Task to carry out: The answer should be an exact repeat of the stretch of material below from the line containing "# Sketch4 → Boss-Extrude3 (add)" through the line containing "Rebuilt in FreeCAD, every".
^^^^^^^^^^^^^^^^
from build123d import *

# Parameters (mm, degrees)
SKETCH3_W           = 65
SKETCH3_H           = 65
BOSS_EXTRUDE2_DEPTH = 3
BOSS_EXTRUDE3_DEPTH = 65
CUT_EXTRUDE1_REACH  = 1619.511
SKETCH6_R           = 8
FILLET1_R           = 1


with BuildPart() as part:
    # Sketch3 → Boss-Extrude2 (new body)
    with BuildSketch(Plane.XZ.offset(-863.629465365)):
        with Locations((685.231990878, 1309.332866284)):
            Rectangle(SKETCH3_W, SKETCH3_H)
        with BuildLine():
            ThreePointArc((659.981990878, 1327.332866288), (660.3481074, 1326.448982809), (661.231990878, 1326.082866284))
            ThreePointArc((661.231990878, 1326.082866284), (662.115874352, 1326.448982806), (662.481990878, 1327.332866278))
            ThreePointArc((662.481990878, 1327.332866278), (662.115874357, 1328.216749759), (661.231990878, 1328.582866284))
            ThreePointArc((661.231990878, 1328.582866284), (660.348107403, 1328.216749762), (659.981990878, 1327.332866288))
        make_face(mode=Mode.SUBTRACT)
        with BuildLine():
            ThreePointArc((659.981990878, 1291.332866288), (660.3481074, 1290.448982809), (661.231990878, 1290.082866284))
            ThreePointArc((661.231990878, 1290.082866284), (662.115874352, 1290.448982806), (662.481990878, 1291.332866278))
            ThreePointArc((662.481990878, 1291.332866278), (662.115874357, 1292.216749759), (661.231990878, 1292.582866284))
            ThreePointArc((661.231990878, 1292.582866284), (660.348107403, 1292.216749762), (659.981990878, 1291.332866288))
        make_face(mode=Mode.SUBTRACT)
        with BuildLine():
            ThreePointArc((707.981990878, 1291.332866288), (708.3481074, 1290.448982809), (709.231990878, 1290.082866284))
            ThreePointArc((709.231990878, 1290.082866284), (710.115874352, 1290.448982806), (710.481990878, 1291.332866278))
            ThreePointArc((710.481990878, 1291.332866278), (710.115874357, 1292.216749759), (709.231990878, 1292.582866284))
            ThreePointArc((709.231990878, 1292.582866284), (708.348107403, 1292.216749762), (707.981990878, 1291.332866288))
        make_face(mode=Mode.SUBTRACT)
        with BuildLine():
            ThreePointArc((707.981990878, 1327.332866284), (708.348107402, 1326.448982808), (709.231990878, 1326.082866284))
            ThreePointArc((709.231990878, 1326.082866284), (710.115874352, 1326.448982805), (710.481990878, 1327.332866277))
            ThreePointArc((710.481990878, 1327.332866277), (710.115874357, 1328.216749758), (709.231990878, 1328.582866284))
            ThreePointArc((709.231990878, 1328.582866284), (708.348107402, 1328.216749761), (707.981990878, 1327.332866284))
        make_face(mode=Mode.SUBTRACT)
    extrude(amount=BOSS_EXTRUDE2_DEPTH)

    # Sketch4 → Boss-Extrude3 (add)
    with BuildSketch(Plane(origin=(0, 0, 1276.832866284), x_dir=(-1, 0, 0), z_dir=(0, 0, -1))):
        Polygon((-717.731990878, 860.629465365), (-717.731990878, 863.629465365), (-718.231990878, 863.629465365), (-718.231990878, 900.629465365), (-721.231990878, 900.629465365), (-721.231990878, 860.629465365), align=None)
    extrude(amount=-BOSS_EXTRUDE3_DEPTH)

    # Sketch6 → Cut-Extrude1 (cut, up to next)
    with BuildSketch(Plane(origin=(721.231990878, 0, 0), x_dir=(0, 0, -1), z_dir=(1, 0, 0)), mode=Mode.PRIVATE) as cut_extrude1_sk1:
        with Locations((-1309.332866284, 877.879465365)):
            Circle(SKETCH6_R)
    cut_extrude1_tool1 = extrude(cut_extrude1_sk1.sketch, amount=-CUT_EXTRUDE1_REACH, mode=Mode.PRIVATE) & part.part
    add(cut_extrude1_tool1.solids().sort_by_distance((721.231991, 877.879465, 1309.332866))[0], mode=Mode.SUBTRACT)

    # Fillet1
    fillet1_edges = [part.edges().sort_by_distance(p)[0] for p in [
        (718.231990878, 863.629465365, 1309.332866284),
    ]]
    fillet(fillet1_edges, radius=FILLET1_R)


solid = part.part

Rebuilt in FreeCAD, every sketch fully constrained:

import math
import FreeCAD as App
import Part
import Sketcher

V = App.Vector
Q = App.Units.Quantity


def edges_at(feature, points):
    """Names of the edges that pass closest to the given points."""
    edges = feature.Shape.Edges
    near = lambda p: min(range(len(edges)), key=lambda i: edges[i].distToShape(Part.Vertex(*p))[0])
    return sorted({f"Edge{near(p) + 1}" for p in points})


def add_polygon(sketch, points):
    """Adds a closed chain of lines whose ends are joined by coincident constraints."""
    first, n = sketch.GeometryCount, len(points)
    for a, b in zip(points, points[1:] + points[:1]):
        sketch.addGeometry(Part.LineSegment(App.Vector(*a, 0), App.Vector(*b, 0)), False)
    for i in range(n):
        sketch.addConstraint(Sketcher.Constraint("Coincident", first + i, 2, first + (i + 1) % n, 1))

doc = App.newDocument("Part")
body = doc.addObject("PartDesign::Body", "Body")

# Sketch on XZ plane
sketch1 = doc.addObject("Sketcher::SketchObject", "Sketch")
body.addObject(sketch1)
sketch1.AttachmentSupport = (doc.XZ_Plane, [""])
sketch1.MapMode = "FlatFace"
sketch1.AttachmentOffset = App.Placement(V(0, 0, -863.629465), App.Rotation())
add_polygon(sketch1, [(652.7, 1341.8), (652.7, 1276.8), (717.7, 1276.8), (717.7, 1341.8)])  # lines 0-3
sketch1.addGeometry(Part.ArcOfCircle(Part.Circle(V(661.2, 1291.3, 0), V(0, 0, 1), 1.2), math.radians(180), math.radians(270)), False)  # 4
sketch1.addGeometry(Part.ArcOfCircle(Part.Circle(V(661.2, 1291.3, 0), V(0, 0, 1), 1.2), math.radians(90), math.radians(180)), False)  # 5
sketch1.addGeometry(Part.ArcOfCircle(Part.Circle(V(661.2, 1291.3, 0), V(0, 0, 1), 1.2), math.radians(0), math.radians(90)), False)  # 6
sketch1.addGeometry(Part.ArcOfCircle(Part.Circle(V(661.2, 1291.3, 0), V(0, 0, 1), 1.3), math.radians(-90), math.radians(0)), False)  # 7
sketch1.addGeometry(Part.ArcOfCircle(Part.Circle(V(709.2, 1291.3, 0), V(0, 0, 1), 1.2), math.radians(180), math.radians(270)), False)  # 8
sketch1.addGeometry(Part.ArcOfCircle(Part.Circle(V(709.2, 1291.3, 0), V(0, 0, 1), 1.2), math.radians(90), math.radians(180)), False)  # 9
sketch1.addGeometry(Part.ArcOfCircle(Part.Circle(V(709.2, 1291.3, 0), V(0, 0, 1), 1.2), math.radians(0), math.radians(90)), False)  # 10
sketch1.addGeometry(Part.ArcOfCircle(Part.Circle(V(709.2, 1291.3, 0), V(0, 0, 1), 1.3), math.radians(-90), math.radians(0)), False)  # 11
sketch1.addGeometry(Part.ArcOfCircle(Part.Circle(V(661.2, 1327.3, 0), V(0, 0, 1), 1.2), math.radians(180), math.radians(270)), False)  # 12
sketch1.addGeometry(Part.ArcOfCircle(Part.Circle(V(661.2, 1327.3, 0), V(0, 0, 1), 1.2), math.radians(90), math.radians(180)), False)  # 13
sketch1.addGeometry(Part.ArcOfCircle(Part.Circle(V(661.2, 1327.3, 0), V(0, 0, 1), 1.2), math.radians(0), math.radians(90)), False)  # 14
sketch1.addGeometry(Part.ArcOfCircle(Part.Circle(V(661.2, 1327.3, 0), V(0, 0, 1), 1.3), math.radians(-90), math.radians(0)), False)  # 15
sketch1.addGeometry(Part.ArcOfCircle(Part.Circle(V(709.2, 1327.3, 0), V(0, 0, 1), 1.3), math.radians(-180), math.radians(-90)), False)  # 16
sketch1.addGeometry(Part.ArcOfCircle(Part.Circle(V(709.2, 1327.3, 0), V(0, 0, 1), 1.2), math.radians(90), math.radians(180)), False)  # 17
sketch1.addGeometry(Part.ArcOfCircle(Part.Circle(V(709.2, 1327.3, 0), V(0, 0, 1), 1.2), math.radians(0), math.radians(90)), False)  # 18
sketch1.addGeometry(Part.ArcOfCircle(Part.Circle(V(709.2, 1327.3, 0), V(0, 0, 1), 1.2), math.radians(-90), math.radians(0)), False)  # 19
sketch1.addConstraint([
    Sketcher.Constraint("Tangent", 4, 1, 5, 2),
    Sketcher.Constraint("Tangent", 5, 1, 6, 2),
    Sketcher.Constraint("Tangent", 6, 1, 7, 2),
    Sketcher.Constraint("Tangent", 7, 1, 4, 2),
    Sketcher.Constraint("Tangent", 8, 1, 9, 2),
    Sketcher.Constraint("Tangent", 9, 1, 10, 2),
    Sketcher.Constraint("Tangent", 10, 1, 11, 2),
    Sketcher.Constraint("Tangent", 11, 1, 8, 2),
    Sketcher.Constraint("Tangent", 12, 1, 13, 2),
    Sketcher.Constraint("Tangent", 13, 1, 14, 2),
    Sketcher.Constraint("Tangent", 14, 1, 15, 2),
    Sketcher.Constraint("Tangent", 15, 1, 12, 2),
    Sketcher.Constraint("Tangent", 16, 1, 17, 2),
    Sketcher.Constraint("Tangent", 17, 1, 18, 2),
    Sketcher.Constraint("Tangent", 18, 1, 19, 2),
    Sketcher.Constraint("Tangent", 19, 1, 16, 2),
    Sketcher.Constraint("Vertical", 0),
    Sketcher.Constraint("Horizontal", 1),
    Sketcher.Constraint("Vertical", 2),
    Sketcher.Constraint("Horizontal", 3),
    Sketcher.Constraint("Equal", 4, 5),
    Sketcher.Constraint("Equal", 7, 8),
    Sketcher.Constraint("Equal", 8, 9),
    Sketcher.Constraint("Equal", 11, 12),
    Sketcher.Constraint("Equal", 12, 13),
    Sketcher.Constraint("Equal", 15, 16),
    Sketcher.Constraint("Equal", 16, 17),
    Sketcher.Constraint("Horizontal", 7, 3, 8, 3),
    Sketcher.Constraint("Horizontal", 15, 3, 16, 3),
    Sketcher.Constraint("Horizontal", 11, 3, 4, 1),
    Sketcher.Constraint("Horizontal", 4, 1, 6, 1),
    Sketcher.Constraint("Horizontal", 6, 1, 8, 1),
    Sketcher.Constraint("Horizontal", 8, 1, 10, 1),
    Sketcher.Constraint("Horizontal", 19, 3, 12, 1),
    Sketcher.Constraint("Horizontal", 12, 1, 14, 1),
    Sketcher.Constraint("Horizontal", 14, 1, 16, 1),
    Sketcher.Constraint("Horizontal", 16, 1, 18, 1),
    Sketcher.Constraint("Vertical", 7, 3, 12, 3),
    Sketcher.Constraint("Vertical", 11, 3, 16, 3),
    Sketcher.Constraint("Vertical", 15, 3, 5, 1),
    Sketcher.Constraint("Vertical", 5, 1, 7, 1),
    Sketcher.Constraint("Vertical", 19, 3, 9, 1),
    Sketcher.Constraint("Vertical", 9, 1, 11, 1),
    Sketcher.Constraint("Vertical", 7, 1, 13, 1),
    Sketcher.Constraint("Vertical", 13, 1, 15, 1),
    Sketcher.Constraint("Vertical", 11, 1, 17, 1),
    Sketcher.Constraint("Vertical", 17, 1, 19, 1),
    Sketcher.Constraint("Equal", 3, 0),
    Sketcher.Constraint("DistanceX", 1, 1, 1, 2, Q("65 mm")),
    Sketcher.Constraint("Radius", 4, Q("1.25 mm")),
    Sketcher.Constraint("DistanceX", 6, 3, 8, 3, Q("48 mm")),
    Sketcher.Constraint("DistanceY", 6, 3, 12, 3, Q("36 mm")),
    Sketcher.Constraint("DistanceX", 0, 2, 4, 3, Q("8.5 mm")),
    Sketcher.Constraint("DistanceY", 0, 2, 4, 3, Q("14.5 mm")),
    Sketcher.Constraint("DistanceX", -1, 1, 4, 3, Q("661.231991 mm")),
    Sketcher.Constraint("DistanceY", -1, 1, 4, 3, Q("1291.332866 mm")),
])
pad1 = doc.addObject("PartDesign::Pad", "Pad")
body.addObject(pad1)
pad1.Profile = sketch1
pad1.Length = 3

# Sketch on XY plane
sketch2 = doc.addObject("Sketcher::SketchObject", "Sketch001")
body.addObject(sketch2)
sketch2.AttachmentSupport = (doc.XY_Plane, [""])
sketch2.MapMode = "FlatFace"
sketch2.AttachmentOffset = App.Placement(V(0, 0, 1276.832866), App.Rotation())
add_polygon(sketch2, [(717.7, 860.6), (717.7, 863.6), (718.2, 863.6), (718.2, 900.6), (721.2, 900.6), (721.2, 860.6)])  # lines 0-5
sketch2.addConstraint([
    Sketcher.Constraint("Vertical", 0),
    Sketcher.Constraint("Horizontal", 1),
    Sketcher.Constraint("Vertical", 2),
    Sketcher.Constraint("Horizontal", 3),
    Sketcher.Constraint("Vertical", 4),
    Sketcher.Constraint("Horizontal", 5),
    Sketcher.Constraint("Equal", 3, 0),
    Sketcher.Constraint("DistanceX", 3, 1, 3, 2, Q("3 mm")),
    Sketcher.Constraint("DistanceY", 2, 1, 2, 2, Q("37 mm")),
    Sketcher.Constraint("DistanceX", 1, 1, 1, 2, Q("0.5 mm")),
    Sketcher.Constraint("DistanceX", -1, 1, 0, 2, Q("717.731991 mm")),
    Sketcher.Constraint("DistanceY", -1, 1, 0, 2, Q("863.629465 mm")),
])
pad2 = doc.addObject("PartDesign::Pad", "Pad001")
body.addObject(pad2)
pad2.Profile = sketch2
pad2.Length = 65

# Sketch on YZ plane
sketch3 = doc.addObject("Sketcher::SketchObject", "Sketch002")
body.addObject(sketch3)
sketch3.AttachmentSupport = (doc.YZ_Plane, [""])
sketch3.MapMode = "FlatFace"
sketch3.AttachmentOffset = App.Placement(V(0, 0, 721.231991), App.Rotation())
sketch3.addGeometry(Part.Circle(V(878, 1309, 0), V(0, 0, 1), 8), False)
sketch3.addConstraint([
    Sketcher.Constraint("Diameter", 0, Q("16 mm")),
    Sketcher.Constraint("DistanceX", -1, 1, 0, 3, Q("877.879465 mm")),
    Sketcher.Constraint("DistanceY", -1, 1, 0, 3, Q("1309.332866 mm")),
])
pocket1 = doc.addObject("PartDesign::Pocket", "Pocket")
body.addObject(pocket1)
pocket1.Profile = sketch3
pocket1.Type = "UpToFirst"
doc.recompute()

fillet = doc.addObject("PartDesign::Fillet", "Fillet")
body.addObject(fillet)
fillet.Base = (pocket1, edges_at(pocket1, [(718.232, 863.629, 1309.333)]))
fillet.Radius = 1

doc.recompute()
^^^^^^^^^^^^^^^^
Answer box:
    # Sketch4 → Boss-Extrude3 (add)
    with BuildSketch(Plane(origin=(0, 0, 1276.832866284), x_dir=(-1, 0, 0), z_dir=(0, 0, -1))):
        Polygon((-717.731990878, 860.629465365), (-717.731990878, 863.629465365), (-718.231990878, 863.629465365), (-718.231990878, 900.629465365), (-721.231990878, 900.629465365), (-721.231990878, 860.629465365), align=None)
    extrude(amount=-BOSS_EXTRUDE3_DEPTH)

    # Sketch6 → Cut-Extrude1 (cut, up to next)
    with BuildSketch(Plane(origin=(721.231990878, 0, 0), x_dir=(0, 0, -1), z_dir=(1, 0, 0)), mode=Mode.PRIVATE) as cut_extrude1_sk1:
        with Locations((-1309.332866284, 877.879465365)):
            Circle(SKETCH6_R)
    cut_extrude1_tool1 = extrude(cut_extrude1_sk1.sketch, amount=-CUT_EXTRUDE1_REACH, mode=Mode.PRIVATE) & part.part
    add(cut_extrude1_tool1.solids().sort_by_distance((721.231991, 877.879465, 1309.332866))[0], mode=Mode.SUBTRACT)

    # Fillet1
    fillet1_edges = [part.edges().sort_by_distance(p)[0] for p in [
        (718.231990878, 863.629465365, 1309.332866284),
    ]]
    fillet(fillet1_edges, radius=FILLET1_R)


solid = part.part

Rebuilt in FreeCAD, every sketch fully constrained:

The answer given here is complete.